Slotin, being brilliant but reckless, decided to forgo the use of wedges and instead used the tip of a flathead screwdriver to prevent the hemispheres from fully enclosing the core. He would adjust the sphere’s position by tilting the screwdriver and observe the change in criticality. Unfortunately, on the 21st of May, while conducting a similar experiment with seven other colleagues, THE SCREWDRIVER SLIPPED! The shell closed around the core, causing it to go “super-critical”.

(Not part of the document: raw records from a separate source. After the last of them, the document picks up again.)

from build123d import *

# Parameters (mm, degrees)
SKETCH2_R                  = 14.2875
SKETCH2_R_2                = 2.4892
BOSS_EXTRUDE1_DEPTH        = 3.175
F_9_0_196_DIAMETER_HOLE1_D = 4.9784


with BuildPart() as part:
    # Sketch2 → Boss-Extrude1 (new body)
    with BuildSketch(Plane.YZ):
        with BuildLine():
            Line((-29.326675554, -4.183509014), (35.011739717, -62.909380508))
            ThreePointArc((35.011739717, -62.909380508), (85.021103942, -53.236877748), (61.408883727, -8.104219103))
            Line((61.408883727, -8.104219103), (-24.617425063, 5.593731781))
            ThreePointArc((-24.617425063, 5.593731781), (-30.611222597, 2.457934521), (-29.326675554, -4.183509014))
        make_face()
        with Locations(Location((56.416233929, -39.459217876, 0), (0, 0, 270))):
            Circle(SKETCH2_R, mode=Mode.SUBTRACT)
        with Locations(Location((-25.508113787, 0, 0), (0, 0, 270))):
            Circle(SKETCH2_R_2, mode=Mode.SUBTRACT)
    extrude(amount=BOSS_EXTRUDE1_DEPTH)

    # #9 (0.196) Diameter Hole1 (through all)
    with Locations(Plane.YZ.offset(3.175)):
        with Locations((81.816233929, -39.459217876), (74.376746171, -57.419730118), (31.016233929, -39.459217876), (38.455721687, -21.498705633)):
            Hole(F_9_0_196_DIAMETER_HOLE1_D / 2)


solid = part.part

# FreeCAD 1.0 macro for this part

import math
import FreeCAD as App
import Part
import Sketcher

V = App.Vector
Q = App.Units.Quantity

doc = App.newDocument("Part")
params = doc.addObject("Spreadsheet::Sheet", "Params")
for row, (alias, value) in enumerate([
    ("sketch1_radius", "1.25 in"),
    ("sketch1_diameter", "1.125 in"),
    ("sketch1_diameter2", "0.196 in"),
    ("sketch1_radius2", "0.223 in"),
    ("pad1_length", "0.125 in"),
    ("sketch2_diameter", "0.196 in"),
    ("hole_diameter", "0.196 in"),
], start=1):
    params.set(f"A{row}", alias)
    params.set(f"B{row}", "=" + value)
    params.setAlias(f"B{row}", alias)

body = doc.addObject("PartDesign::Body", "Body")

sketch1 = doc.addObject("Sketcher::SketchObject", "Sketch")
body.addObject(sketch1)
sketch1.AttachmentSupport = (doc.YZ_Plane, [""])
sketch1.MapMode = "FlatFace"
sketch1.addGeometry([
    Part.LineSegment(V(-29.3, -4.2, 0), V(35, -62.9, 0)),
    Part.ArcOfCircle(Part.Circle(V(56.4, -39.5, 0), V(0, 0, 1), 31.8), math.radians(-132), math.radians(81)),
    Part.LineSegment(V(61.4, -8.1, 0), V(-24.6, 5.6, 0)),
    Part.ArcOfCircle(Part.Circle(V(-25.5, 0, 0), V(0, 0, 1), 5.7), math.radians(81), math.radians(228)),
    Part.Circle(V(56.4, -39.5, 0), V(0, 0, 1), 14.3),
    Part.Circle(V(-25.5, 0, 0), V(0, 0, 1), 2.5),
], False)
sketch1.addConstraint([
    Sketcher.Constraint("Tangent", 0, 2, 1, 1),
    Sketcher.Constraint("Tangent", 1, 2, 2, 1),
    Sketcher.Constraint("Tangent", 2, 2, 3, 1),
    Sketcher.Constraint("Tangent", 3, 2, 0, 1),
    Sketcher.Constraint("Coincident", 4, 3, 1, 3),
    Sketcher.Constraint("Coincident", 5, 3, 3, 3),
    Sketcher.Constraint("PointOnObject", 3, 3, -1),
    Sketcher.Constraint("Radius", 1, Q("1.25 in")),
    Sketcher.Constraint("Diameter", 4, Q("1.125 in")),
    Sketcher.Constraint("Diameter", 5, Q("0.196 in")),
    Sketcher.Constraint("Radius", 3, Q("0.223 in")),
    Sketcher.Constraint("DistanceY", 1, 3, 1, 2, Q("31.354999 mm")),
    Sketcher.Constraint("DistanceX", -1, 1, 0, 2, Q("35.01174 mm")),
    Sketcher.Constraint("DistanceY", 0, 2, -1, 1, Q("62.909381 mm")),
])
sketch1.setExpression("Constraints[7]", "Params.sketch1_radius")
sketch1.setExpression("Constraints[8]", "Params.sketch1_diameter")
sketch1.setExpression("Constraints[9]", "Params.sketch1_diameter2")
sketch1.setExpression("Constraints[10]", "Params.sketch1_radius2")
pad1 = doc.addObject("PartDesign::Pad", "Pad")
body.addObject(pad1)
pad1.Profile = sketch1
pad1.setExpression("Length", "Params.pad1_length")

sketch2 = doc.addObject("Sketcher::SketchObject", "Sketch001")
body.addObject(sketch2)
sketch2.AttachmentSupport = (doc.YZ_Plane, [""])
sketch2.MapMode = "FlatFace"
sketch2.AttachmentOffset = App.Placement(V(0, 0, 0.125 * 25.4), App.Rotation())
sketch2.addGeometry([
    Part.Circle(V(81.8, -39.5, 0), V(0, 0, 1), 2.5),
    Part.Circle(V(74.4, -57.4, 0), V(0, 0, 1), 2.5),
    Part.Circle(V(31, -39.5, 0), V(0, 0, 1), 2.5),
    Part.Circle(V(38.5, -21.5, 0), V(0, 0, 1), 2.5),
], False)
sketch2.addConstraint([
    Sketcher.Constraint("Equal", 0, 1),
    Sketcher.Constraint("Equal", 1, 2),
    Sketcher.Constraint("Equal", 2, 3),
    Sketcher.Constraint("Horizontal", 0, 3, 2, 3),
    Sketcher.Constraint("Diameter", 0, Q("0.196 in")),
    Sketcher.Constraint("DistanceX", 2, 3, 0, 3, Q("2 in")),
    Sketcher.Constraint("DistanceY", 1, 3, -1, 1, Q("57.41973 mm")),
    Sketcher.Constraint("DistanceX", -1, 1, 3, 3, Q("38.455722 mm")),
    Sketcher.Constraint("DistanceX", -1, 1, 0, 3, Q("81.816234 mm")),
    Sketcher.Constraint("DistanceY", 0, 3, -1, 1, Q("39.459218 mm")),
    Sketcher.Constraint("DistanceX", -1, 1, 1, 3, Q("74.376746 mm")),
    Sketcher.Constraint("DistanceY", 3, 3, -1, 1, Q("21.498706 mm")),
])
sketch2.setExpression("Constraints[4]", "Params.sketch2_diameter")
doc.recompute()
hole = doc.addObject("PartDesign::Hole", "Hole")
body.addObject(hole)
hole.Profile = sketch2
hole.ThreadType = "None"
hole.setExpression("Diameter", "Params.hole_diameter")
hole.DepthType = "ThroughAll"

doc.recompute()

There was a similar release of heat and a blue light. Slotin quickly tipped off the sphere, but he had already been exposed to a lethal dose of radiation (1000 rads). Nine days later, he succumbed to radiation illness. According to doctors, his body had experienced something akin to a “3-Dimensional Sunburn”.
Slotin’s accident was a result of mere negligence.
Summary
The criticality experiments led to the unintended deaths of individuals, including scientists and security guards present at the time. The fatalities of two prominent scientists sparked a discussion on the necessary precautions and safety measures for scientific experiments. Consequently, the government ceased criticality experiments due to the associated risks. Additionally, the Plutonium core acquired the moniker “Demon Core”.
It is astonishing to contemplate how a small metal sphere can possess such danger. This serves as a testament to the bizarre and awe-inspiring nature of the universe. The film “Fat Man and Little Boy” released in 1989 visually portrays the core and the criticality accident. Following the incidents, authorities melted down the demon core and repurposed it to construct new cores. Thus, the core met its demise and became part of a new era of weaponry and experimentation.